Por mais que você se demita, rompa o namoro, brigue com a família e se mude para um casebre perdido no Nepal, ainda assim não se verá livre do "E agora?": o pior dos Drummonds está em nós. E ele ainda sai na vantagem, porque nos conhece melhor do que qualquer outra pessoa.

Estamos todos perdidos!


 E agora?


segunda-feira, 24 de janeiro de 2011

2011 e suas provações.

2011 mal começou e já mostrou a que veio. Ô mês difícil esse tal de Janeiro hein? Gente que vem, gente que vai, gente que sofre, gente que quer se encostar, gente que só quer se aproveitar...
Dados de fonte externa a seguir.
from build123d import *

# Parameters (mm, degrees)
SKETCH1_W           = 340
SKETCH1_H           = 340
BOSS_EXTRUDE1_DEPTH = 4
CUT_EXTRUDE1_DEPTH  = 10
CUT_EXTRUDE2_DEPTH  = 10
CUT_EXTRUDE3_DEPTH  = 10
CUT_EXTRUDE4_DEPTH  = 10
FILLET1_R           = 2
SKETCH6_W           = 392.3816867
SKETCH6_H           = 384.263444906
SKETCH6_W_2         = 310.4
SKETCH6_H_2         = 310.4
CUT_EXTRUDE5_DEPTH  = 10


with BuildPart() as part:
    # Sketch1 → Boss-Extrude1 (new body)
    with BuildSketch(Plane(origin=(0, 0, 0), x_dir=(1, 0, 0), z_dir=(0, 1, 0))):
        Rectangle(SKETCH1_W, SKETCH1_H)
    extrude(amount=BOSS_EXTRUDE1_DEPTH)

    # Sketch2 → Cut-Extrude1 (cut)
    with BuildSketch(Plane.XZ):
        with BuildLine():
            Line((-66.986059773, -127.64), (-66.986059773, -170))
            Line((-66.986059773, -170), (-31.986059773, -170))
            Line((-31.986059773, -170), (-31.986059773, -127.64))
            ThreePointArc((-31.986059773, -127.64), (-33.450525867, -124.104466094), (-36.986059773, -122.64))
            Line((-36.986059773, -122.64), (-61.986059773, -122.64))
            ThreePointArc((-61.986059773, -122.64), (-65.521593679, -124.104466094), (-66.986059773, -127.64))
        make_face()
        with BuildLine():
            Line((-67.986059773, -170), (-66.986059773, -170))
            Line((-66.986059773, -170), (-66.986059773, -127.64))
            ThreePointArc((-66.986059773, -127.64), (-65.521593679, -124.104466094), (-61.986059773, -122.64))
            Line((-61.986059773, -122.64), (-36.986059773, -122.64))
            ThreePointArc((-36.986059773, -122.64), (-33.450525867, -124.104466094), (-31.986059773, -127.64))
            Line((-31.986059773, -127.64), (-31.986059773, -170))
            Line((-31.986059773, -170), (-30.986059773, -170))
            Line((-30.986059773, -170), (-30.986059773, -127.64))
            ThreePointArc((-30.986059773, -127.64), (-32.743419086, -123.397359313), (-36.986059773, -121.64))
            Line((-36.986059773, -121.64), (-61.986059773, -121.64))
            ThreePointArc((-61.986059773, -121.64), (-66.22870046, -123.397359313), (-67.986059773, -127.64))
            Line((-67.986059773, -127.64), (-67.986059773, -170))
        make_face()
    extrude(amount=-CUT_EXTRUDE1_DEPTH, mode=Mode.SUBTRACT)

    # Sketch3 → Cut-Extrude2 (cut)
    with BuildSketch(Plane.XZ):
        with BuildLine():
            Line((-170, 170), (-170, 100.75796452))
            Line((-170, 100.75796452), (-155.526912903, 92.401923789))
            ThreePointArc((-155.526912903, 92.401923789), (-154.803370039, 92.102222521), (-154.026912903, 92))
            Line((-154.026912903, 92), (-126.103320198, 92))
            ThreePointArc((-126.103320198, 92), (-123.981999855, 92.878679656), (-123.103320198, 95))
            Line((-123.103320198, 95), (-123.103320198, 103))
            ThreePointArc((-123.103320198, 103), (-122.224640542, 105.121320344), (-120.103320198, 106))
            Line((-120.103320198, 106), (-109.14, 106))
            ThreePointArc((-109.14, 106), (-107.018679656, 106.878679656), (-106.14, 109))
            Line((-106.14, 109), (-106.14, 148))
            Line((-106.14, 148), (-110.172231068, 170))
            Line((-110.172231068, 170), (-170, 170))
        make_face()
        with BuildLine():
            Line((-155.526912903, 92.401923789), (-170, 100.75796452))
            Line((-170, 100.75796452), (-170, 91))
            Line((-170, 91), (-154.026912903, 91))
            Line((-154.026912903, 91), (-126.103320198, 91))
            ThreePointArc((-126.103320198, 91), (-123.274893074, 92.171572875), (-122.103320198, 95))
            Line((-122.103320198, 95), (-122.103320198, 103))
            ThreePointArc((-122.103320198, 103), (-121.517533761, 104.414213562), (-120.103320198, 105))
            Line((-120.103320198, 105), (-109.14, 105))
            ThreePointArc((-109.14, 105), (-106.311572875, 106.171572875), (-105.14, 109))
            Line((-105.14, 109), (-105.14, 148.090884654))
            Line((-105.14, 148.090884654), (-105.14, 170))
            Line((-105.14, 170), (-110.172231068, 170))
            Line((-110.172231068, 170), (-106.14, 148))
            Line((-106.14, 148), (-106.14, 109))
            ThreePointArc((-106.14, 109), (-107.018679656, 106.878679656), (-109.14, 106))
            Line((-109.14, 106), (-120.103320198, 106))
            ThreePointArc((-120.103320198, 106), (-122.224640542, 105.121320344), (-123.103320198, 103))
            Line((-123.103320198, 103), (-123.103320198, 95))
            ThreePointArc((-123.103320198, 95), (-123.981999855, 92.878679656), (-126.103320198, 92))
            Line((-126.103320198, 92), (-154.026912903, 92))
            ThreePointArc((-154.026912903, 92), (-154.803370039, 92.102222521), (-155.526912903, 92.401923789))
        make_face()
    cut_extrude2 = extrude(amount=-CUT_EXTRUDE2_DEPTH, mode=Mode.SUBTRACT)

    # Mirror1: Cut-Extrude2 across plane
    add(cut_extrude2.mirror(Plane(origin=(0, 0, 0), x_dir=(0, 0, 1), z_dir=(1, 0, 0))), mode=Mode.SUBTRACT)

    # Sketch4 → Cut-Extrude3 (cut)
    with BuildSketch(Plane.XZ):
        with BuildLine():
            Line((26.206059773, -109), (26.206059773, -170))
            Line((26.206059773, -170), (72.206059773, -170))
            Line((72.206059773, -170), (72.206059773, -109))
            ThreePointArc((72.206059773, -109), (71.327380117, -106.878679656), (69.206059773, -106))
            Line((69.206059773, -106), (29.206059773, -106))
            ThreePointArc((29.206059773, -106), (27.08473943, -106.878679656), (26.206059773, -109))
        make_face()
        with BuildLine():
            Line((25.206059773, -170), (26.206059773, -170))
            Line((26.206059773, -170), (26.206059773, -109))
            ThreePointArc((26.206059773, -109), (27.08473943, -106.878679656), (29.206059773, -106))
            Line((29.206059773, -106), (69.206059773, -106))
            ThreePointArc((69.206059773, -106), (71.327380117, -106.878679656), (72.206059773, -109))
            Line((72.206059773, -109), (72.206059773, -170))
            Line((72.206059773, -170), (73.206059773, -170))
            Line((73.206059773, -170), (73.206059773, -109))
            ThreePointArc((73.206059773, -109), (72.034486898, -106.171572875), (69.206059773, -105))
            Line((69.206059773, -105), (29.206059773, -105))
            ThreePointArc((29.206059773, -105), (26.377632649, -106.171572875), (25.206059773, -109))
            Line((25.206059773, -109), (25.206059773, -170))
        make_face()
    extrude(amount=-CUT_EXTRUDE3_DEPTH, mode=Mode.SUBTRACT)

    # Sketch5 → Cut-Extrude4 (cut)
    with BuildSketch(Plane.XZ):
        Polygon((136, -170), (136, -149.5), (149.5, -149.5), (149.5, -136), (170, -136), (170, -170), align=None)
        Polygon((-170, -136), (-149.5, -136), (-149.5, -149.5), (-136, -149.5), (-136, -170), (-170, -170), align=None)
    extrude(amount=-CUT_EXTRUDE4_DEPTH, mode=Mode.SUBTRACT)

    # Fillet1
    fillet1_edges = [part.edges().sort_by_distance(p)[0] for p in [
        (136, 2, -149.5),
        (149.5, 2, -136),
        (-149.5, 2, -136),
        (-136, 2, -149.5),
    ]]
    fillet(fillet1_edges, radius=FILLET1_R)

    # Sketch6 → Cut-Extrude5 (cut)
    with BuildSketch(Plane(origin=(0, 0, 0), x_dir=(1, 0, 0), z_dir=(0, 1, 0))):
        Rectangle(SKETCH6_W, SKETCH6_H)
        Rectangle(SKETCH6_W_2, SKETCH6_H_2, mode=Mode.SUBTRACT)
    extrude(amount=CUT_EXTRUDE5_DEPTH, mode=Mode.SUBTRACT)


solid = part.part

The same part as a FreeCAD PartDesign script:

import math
import FreeCAD as App
import Part
import Sketcher
Q = App.Units.Quantity


def edges_at(feature, points):
    """Names of the edges that pass closest to the given points."""
    edges = feature.Shape.Edges
    near = lambda p: min(range(len(edges)), key=lambda i: edges[i].distToShape(Part.Vertex(*p))[0])
    return sorted({f"Edge{near(p) + 1}" for p in points})

doc = App.newDocument("Part")
body = doc.addObject("PartDesign::Body", "Body")

# Sketch on XZ plane
sketch1 = doc.addObject("Sketcher::SketchObject", "Sketch")
body.addObject(sketch1)
sketch1.AttachmentSupport = (doc.XZ_Plane, [""])
sketch1.MapMode = "FlatFace"
sketch1.addGeometry(Part.LineSegment(App.Vector(-170, -170, 0), App.Vector(-170, 170, 0)), False)
sketch1.addGeometry(Part.LineSegment(App.Vector(-170, 170, 0), App.Vector(170, 170, 0)), False)
sketch1.addGeometry(Part.LineSegment(App.Vector(170, 170, 0), App.Vector(170, -170, 0)), False)
sketch1.addGeometry(Part.LineSegment(App.Vector(170, -170, 0), App.Vector(-170, -170, 0)), False)
sketch1.addConstraint(Sketcher.Constraint("Coincident", 0, 2, 1, 1))
sketch1.addConstraint(Sketcher.Constraint("Coincident", 1, 2, 2, 1))
sketch1.addConstraint(Sketcher.Constraint("Coincident", 2, 2, 3, 1))
sketch1.addConstraint(Sketcher.Constraint("Coincident", 3, 2, 0, 1))
sketch1.addConstraint(Sketcher.Constraint("Vertical", 0))
sketch1.addConstraint(Sketcher.Constraint("Horizontal", 1))
sketch1.addConstraint(Sketcher.Constraint("Vertical", 2))
sketch1.addConstraint(Sketcher.Constraint("Horizontal", 3))
sketch1.addConstraint(Sketcher.Constraint("Symmetric", 0, 2, 2, 2, -1, 1))
sketch1.addConstraint(Sketcher.Constraint("Equal", 3, 0))
sketch1.addConstraint(Sketcher.Constraint("DistanceX", 1, 1, 1, 2, Q("340 mm")))
pad1 = doc.addObject("PartDesign::Pad", "Pad")
body.addObject(pad1)
pad1.Profile = sketch1
pad1.Length = 4
pad1.Reversed = True

# Sketch on XZ plane
sketch2 = doc.addObject("Sketcher::SketchObject", "Sketch001")
body.addObject(sketch2)
sketch2.AttachmentSupport = (doc.XZ_Plane, [""])
sketch2.MapMode = "FlatFace"
sketch2.addGeometry(Part.LineSegment(App.Vector(-30.98606, -170, 0), App.Vector(-30.98606, -127.64, 0)), False)
sketch2.addGeometry(Part.ArcOfCircle(Part.Circle(App.Vector(-36.98606, -127.64, 0), App.Vector(0, 0, 1), 6), math.radians(0), math.radians(90)), False)
sketch2.addGeometry(Part.LineSegment(App.Vector(-36.98606, -121.64, 0), App.Vector(-61.98606, -121.64, 0)), False)
sketch2.addGeometry(Part.ArcOfCircle(Part.Circle(App.Vector(-61.98606, -127.64, 0), App.Vector(0, 0, 1), 6), math.radians(90), math.radians(180)), False)
sketch2.addGeometry(Part.LineSegment(App.Vector(-67.98606, -127.64, 0), App.Vector(-67.98606, -170, 0)), False)
sketch2.addGeometry(Part.LineSegment(App.Vector(-67.98606, -170, 0), App.Vector(-30.98606, -170, 0)), False)
sketch2.addConstraint(Sketcher.Constraint("Tangent", 0, 2, 1, 1))
sketch2.addConstraint(Sketcher.Constraint("Tangent", 1, 2, 2, 1))
sketch2.addConstraint(Sketcher.Constraint("Tangent", 2, 2, 3, 1))
sketch2.addConstraint(Sketcher.Constraint("Tangent", 3, 2, 4, 1))
sketch2.addConstraint(Sketcher.Constraint("Coincident", 4, 2, 5, 1))
sketch2.addConstraint(Sketcher.Constraint("Coincident", 5, 2, 0, 1))
sketch2.addConstraint(Sketcher.Constraint("Vertical", 0))
sketch2.addConstraint(Sketcher.Constraint("Horizontal", 2))
sketch2.addConstraint(Sketcher.Constraint("Vertical", 4))
sketch2.addConstraint(Sketcher.Constraint("Horizontal", 5))
sketch2.addConstraint(Sketcher.Constraint("Equal", 1, 3))
sketch2.addConstraint(Sketcher.Constraint("Radius", 1, Q("6 mm")))
sketch2.addConstraint(Sketcher.Constraint("DistanceX", 2, 2, 2, 1, Q("25 mm")))
sketch2.addConstraint(Sketcher.Constraint("DistanceY", 4, 2, -1, 1, Q("170 mm")))
sketch2.addConstraint(Sketcher.Constraint("DistanceY", 0, 1, 0, 2, Q("42.36 mm")))
sketch2.addConstraint(Sketcher.Constraint("DistanceX", 1, 3, -1, 1, Q("36.98606 mm")))
pocket1 = doc.addObject("PartDesign::Pocket", "Pocket")
body.addObject(pocket1)
pocket1.Profile = sketch2
pocket1.Length = 10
Sei não, mas algo me diz que pular direto para 2012 seria mais do que sensato

quarta-feira, 19 de janeiro de 2011

Corra Vanessa.

Corra Vanessa, corra. O dia já clareou, o sol já nasceu, há muito por fazer. Levanta Vanessa. Há quem espere por você. Não, não se atrase. Deixe disso, vamos logo. Rápido. Não se esqueça de nada. Feche todas as janelas, mas deixe as cortinas abertas. Corra Vanessa. Não perca o ônibus, não perca o enredo e nem a melodia. Você sempre deixa algo pra trás, você nunca termina o que começa. Por quê Vanessa?  Vamos, vamos, já é hora. Faça tudo direito.
Você não aprende mesmo....

domingo, 9 de janeiro de 2011

Dias de sol

Quem me conhece bem sabe o quanto gosto dos dias chuvosos e nublados. Mas hoje meu dia foi só sol. Céu azul, calor gostoso, sem uma única gotinha de água vinda do céu. Mas não me refiro somente às condições climáticas: falo também do MEU dia, o dia da Vanessa Barreto Fassheber, Id: XXX, CPF: xxx, etc. e tal.
( Perdão pela terceira pessoa, sempre acho que quem fala de si neste tempo verbal é arrogante, mas paciência) Precisava enfatizar o MEU, e por isso adotei a forma temporal que mais adequou-se ao momento.
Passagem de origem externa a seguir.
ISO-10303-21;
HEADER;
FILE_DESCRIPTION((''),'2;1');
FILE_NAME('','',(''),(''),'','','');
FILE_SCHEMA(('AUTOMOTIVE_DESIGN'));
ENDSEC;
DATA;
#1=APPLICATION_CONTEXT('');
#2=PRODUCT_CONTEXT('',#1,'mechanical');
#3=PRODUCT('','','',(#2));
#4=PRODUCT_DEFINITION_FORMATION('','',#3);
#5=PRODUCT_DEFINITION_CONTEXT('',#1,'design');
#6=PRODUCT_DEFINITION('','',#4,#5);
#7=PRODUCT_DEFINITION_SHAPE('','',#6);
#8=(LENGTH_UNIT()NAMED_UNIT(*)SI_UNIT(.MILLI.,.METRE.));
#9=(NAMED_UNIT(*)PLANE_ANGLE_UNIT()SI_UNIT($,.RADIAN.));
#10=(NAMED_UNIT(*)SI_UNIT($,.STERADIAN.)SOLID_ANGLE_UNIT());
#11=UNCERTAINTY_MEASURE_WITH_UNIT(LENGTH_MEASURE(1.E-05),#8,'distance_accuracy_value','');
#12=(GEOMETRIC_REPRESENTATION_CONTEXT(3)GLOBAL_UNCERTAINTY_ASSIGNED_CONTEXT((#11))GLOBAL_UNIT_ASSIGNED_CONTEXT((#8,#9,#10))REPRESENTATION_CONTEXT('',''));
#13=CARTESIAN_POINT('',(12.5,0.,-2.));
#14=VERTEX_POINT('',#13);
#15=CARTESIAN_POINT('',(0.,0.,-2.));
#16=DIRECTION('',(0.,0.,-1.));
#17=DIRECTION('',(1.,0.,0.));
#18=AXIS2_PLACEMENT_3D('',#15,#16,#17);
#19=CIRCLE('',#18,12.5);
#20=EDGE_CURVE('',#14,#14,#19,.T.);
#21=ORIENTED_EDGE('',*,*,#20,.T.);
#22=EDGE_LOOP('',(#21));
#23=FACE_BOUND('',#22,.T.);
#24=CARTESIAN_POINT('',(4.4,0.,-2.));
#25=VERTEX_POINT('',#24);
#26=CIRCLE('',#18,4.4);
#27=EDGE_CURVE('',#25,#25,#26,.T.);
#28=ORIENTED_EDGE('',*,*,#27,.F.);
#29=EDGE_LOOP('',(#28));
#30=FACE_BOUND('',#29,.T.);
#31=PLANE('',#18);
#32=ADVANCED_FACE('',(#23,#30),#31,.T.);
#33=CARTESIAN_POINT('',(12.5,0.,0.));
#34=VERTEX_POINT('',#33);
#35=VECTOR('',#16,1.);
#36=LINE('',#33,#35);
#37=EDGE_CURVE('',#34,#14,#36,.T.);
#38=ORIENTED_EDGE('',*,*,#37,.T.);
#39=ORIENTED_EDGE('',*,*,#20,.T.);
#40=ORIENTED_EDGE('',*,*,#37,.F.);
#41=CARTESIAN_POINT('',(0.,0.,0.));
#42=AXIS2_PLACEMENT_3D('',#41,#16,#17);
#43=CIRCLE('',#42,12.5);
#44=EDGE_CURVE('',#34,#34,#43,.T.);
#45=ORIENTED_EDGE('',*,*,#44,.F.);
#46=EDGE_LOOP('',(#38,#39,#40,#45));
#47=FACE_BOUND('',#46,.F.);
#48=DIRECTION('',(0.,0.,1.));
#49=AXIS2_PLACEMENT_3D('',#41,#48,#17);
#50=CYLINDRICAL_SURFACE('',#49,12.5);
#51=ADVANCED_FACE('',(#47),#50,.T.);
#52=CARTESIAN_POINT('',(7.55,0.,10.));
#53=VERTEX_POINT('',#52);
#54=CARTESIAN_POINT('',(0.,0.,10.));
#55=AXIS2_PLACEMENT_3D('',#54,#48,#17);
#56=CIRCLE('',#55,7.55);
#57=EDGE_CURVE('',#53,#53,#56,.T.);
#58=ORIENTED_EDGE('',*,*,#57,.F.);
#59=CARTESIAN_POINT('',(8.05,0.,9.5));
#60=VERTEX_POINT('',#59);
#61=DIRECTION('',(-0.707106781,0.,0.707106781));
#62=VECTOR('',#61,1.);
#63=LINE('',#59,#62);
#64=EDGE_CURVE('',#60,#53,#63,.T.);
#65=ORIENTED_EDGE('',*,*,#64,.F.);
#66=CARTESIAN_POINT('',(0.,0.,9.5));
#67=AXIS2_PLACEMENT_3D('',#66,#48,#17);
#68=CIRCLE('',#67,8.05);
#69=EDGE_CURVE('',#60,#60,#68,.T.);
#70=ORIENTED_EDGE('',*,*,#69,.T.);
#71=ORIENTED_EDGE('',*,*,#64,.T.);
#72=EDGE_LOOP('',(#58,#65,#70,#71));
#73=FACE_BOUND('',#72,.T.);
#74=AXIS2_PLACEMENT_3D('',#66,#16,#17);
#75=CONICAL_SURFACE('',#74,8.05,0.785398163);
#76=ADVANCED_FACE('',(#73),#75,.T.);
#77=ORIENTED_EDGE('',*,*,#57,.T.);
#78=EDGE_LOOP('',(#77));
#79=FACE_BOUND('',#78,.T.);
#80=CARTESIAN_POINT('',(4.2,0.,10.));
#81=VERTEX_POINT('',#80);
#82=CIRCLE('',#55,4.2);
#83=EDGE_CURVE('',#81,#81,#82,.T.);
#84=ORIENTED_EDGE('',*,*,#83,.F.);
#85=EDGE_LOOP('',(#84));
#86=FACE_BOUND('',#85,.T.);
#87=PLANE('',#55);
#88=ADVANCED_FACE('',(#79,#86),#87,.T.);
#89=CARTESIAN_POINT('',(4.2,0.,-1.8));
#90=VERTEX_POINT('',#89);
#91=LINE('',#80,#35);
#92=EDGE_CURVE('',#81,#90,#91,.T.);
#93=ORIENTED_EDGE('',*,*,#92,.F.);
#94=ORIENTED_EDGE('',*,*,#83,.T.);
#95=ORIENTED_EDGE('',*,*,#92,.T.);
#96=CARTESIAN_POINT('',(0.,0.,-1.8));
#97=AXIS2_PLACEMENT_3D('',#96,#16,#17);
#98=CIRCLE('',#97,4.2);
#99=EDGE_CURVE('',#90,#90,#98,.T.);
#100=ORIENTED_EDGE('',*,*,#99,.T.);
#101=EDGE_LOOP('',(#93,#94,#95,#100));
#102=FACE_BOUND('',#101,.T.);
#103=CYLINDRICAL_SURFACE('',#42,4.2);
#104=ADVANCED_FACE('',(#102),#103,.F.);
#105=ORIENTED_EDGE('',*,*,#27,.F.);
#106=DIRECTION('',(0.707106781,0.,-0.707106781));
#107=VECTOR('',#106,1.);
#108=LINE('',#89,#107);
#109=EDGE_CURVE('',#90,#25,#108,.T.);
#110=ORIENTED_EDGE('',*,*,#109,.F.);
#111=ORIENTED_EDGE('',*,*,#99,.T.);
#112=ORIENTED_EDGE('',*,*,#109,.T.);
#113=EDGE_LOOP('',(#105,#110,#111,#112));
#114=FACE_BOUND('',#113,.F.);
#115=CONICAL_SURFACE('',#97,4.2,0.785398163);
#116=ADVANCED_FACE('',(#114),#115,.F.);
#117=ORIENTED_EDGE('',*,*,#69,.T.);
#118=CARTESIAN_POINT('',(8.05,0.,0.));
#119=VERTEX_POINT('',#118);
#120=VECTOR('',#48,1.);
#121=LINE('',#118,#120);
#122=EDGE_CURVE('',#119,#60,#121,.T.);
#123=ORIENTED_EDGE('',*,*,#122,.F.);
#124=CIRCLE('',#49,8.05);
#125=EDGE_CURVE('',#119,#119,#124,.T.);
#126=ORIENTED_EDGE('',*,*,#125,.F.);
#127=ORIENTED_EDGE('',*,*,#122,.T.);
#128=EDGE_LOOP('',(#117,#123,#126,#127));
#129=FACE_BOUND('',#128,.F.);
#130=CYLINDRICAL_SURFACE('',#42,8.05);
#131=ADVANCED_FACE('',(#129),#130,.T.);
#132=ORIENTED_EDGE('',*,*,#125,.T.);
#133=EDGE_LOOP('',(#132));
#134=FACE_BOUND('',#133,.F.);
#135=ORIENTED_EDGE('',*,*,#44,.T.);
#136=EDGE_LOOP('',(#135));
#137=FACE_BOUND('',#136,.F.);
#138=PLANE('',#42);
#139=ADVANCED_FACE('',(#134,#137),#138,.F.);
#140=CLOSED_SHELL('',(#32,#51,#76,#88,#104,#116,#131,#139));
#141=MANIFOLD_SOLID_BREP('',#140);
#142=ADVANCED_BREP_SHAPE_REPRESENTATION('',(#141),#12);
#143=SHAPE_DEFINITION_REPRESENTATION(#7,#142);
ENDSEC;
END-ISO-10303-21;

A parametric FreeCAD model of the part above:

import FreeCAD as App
import Part
import Sketcher
Q = App.Units.Quantity


def edges_at(feature, points):
    """Names of the edges that pass closest to the given points."""
    edges = feature.Shape.Edges
    near = lambda p: min(range(len(edges)), key=lambda i: edges[i].distToShape(Part.Vertex(*p))[0])
    return sorted({f"Edge{near(p) + 1}" for p in points})

doc = App.newDocument("Part")
body = doc.addObject("PartDesign::Body", "Body")

# Sketch on XY plane
sketch1 = body.newObject("Sketcher::SketchObject", "Sketch")
sketch1.AttachmentSupport = (doc.getObject("XY_Plane"), [""])
sketch1.MapMode = "FlatFace"
sketch1.addGeometry([
    Part.Circle(App.Vector(0, 0, 0), App.Vector(0, 0, 1), 8.1),
    Part.Circle(App.Vector(0, 0, 0), App.Vector(0, 0, 1), 4.2),
], False)
sketch1.addConstraint([
    Sketcher.Constraint("Coincident", 0, 3, -1, 1),
    Sketcher.Constraint("Coincident", 1, 3, -1, 1),
    Sketcher.Constraint("Diameter", 0, Q("16.1 mm")),
    Sketcher.Constraint("Diameter", 1, Q("8.4 mm")),
])
pad1 = body.newObject("PartDesign::Pad", "Pad")
pad1.Profile = sketch1
pad1.Length = 10

# Sketch on XY plane
sketch2 = body.newObject("Sketcher::SketchObject", "Sketch001")
sketch2.AttachmentSupport = (doc.getObject("XY_Plane"), [""])
sketch2.MapMode = "FlatFace"
sketch2.addGeometry([
    Part.Circle(App.Vector(0, 0, 0), App.Vector(0, 0, 1), 12.5),
    Part.Circle(App.Vector(0, 0, 0), App.Vector(0, 0, 1), 4.2),
], False)
sketch2.addConstraint([
    Sketcher.Constraint("Coincident", 0, 3, -1, 1),
    Sketcher.Constraint("Coincident", 1, 3, -1, 1),
    Sketcher.Constraint("Diameter", 0, Q("25 mm")),
    Sketcher.Constraint("Diameter", 1, Q("8.4 mm")),
])
pad2 = body.newObject("PartDesign::Pad", "Pad001")
pad2.Profile = sketch2
pad2.Length = 2
pad2.Reversed = True
doc.recompute()

chamfer = body.newObject("PartDesign::Chamfer", "Chamfer")
chamfer.Base = (pad2, edges_at(pad2, [(-7.505, -2.911, 10)]))
chamfer.Size = 0.5
doc.recompute()

chamfer2 = body.newObject("PartDesign::Chamfer", "Chamfer001")
chamfer2.Base = (chamfer, edges_at(chamfer, [(-3.916, -1.519, -2)]))
chamfer2.Size = 0.2

doc.recompute()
                                     
                                        *****************************************


A questão é que, depois de um bom tempo perdida, sem saber para que lado olhar e por onde começar, tive um insight, uma fagulha, um lampejo, ou sei lá o que, mas algo mudou, algo se moveu! E o mais engraçado, decidi voltar para o início de tudo. A vida é mesmo tão engraçada....

                                  *****************************************


ps: Desculpem-me pelo post nonsense....foi o máximo que saiu agora..

terça-feira, 4 de janeiro de 2011

Dias mais bonitos.

Como toda pessoa que se preze, elaborei minhas metas para o ano que se inicia. Não vou postá-la para não dar munição para que me questionem posteriormente no caso de uma quebra de contrato. Tenho mais desejos do que espaço vago na agenda para executá-los, mas ainda assim eles permanecem aqui, vívidos e clamando por serem realizados o quanto antes. Talvez eu precise fazer uma seleção daquilo que de fato seja relevante e daí inicia-se um grande problema prá mim: estabelece prioridades. Quero tudo, quero muito e quero mais um pouco. Pode ser que mude de idéia algumas vezes, mas continuarei querendo alguma coisa. Acho que isso é viver né?

segunda-feira, 3 de janeiro de 2011

Que neste ano

Que neste ano você seja capaz de se emocionar mais. Que reclame menos e que saiba apreciar um fim de tarde ao lado de alguém que ama. Ou ainda que encontre a felicidade em uma xícara de café forte pelo início da manhã. Que aprenda a fazer suspiros para adoçar a vida. Se preferir, pode cuidar das flores ou afagar um animal. Ah, correr na casa da avó para filar um pedaço de bolo também é essencial. Que encontre meias de lã para aquecer os pés no inverno  e que deslumbre-se com a beleza da chuva na vidraça. E se houver tempo, não se esqueça de me dar notícias suas.  

                  
Que seu 2011 seja tão gostoso como as pequenas coisas da vida.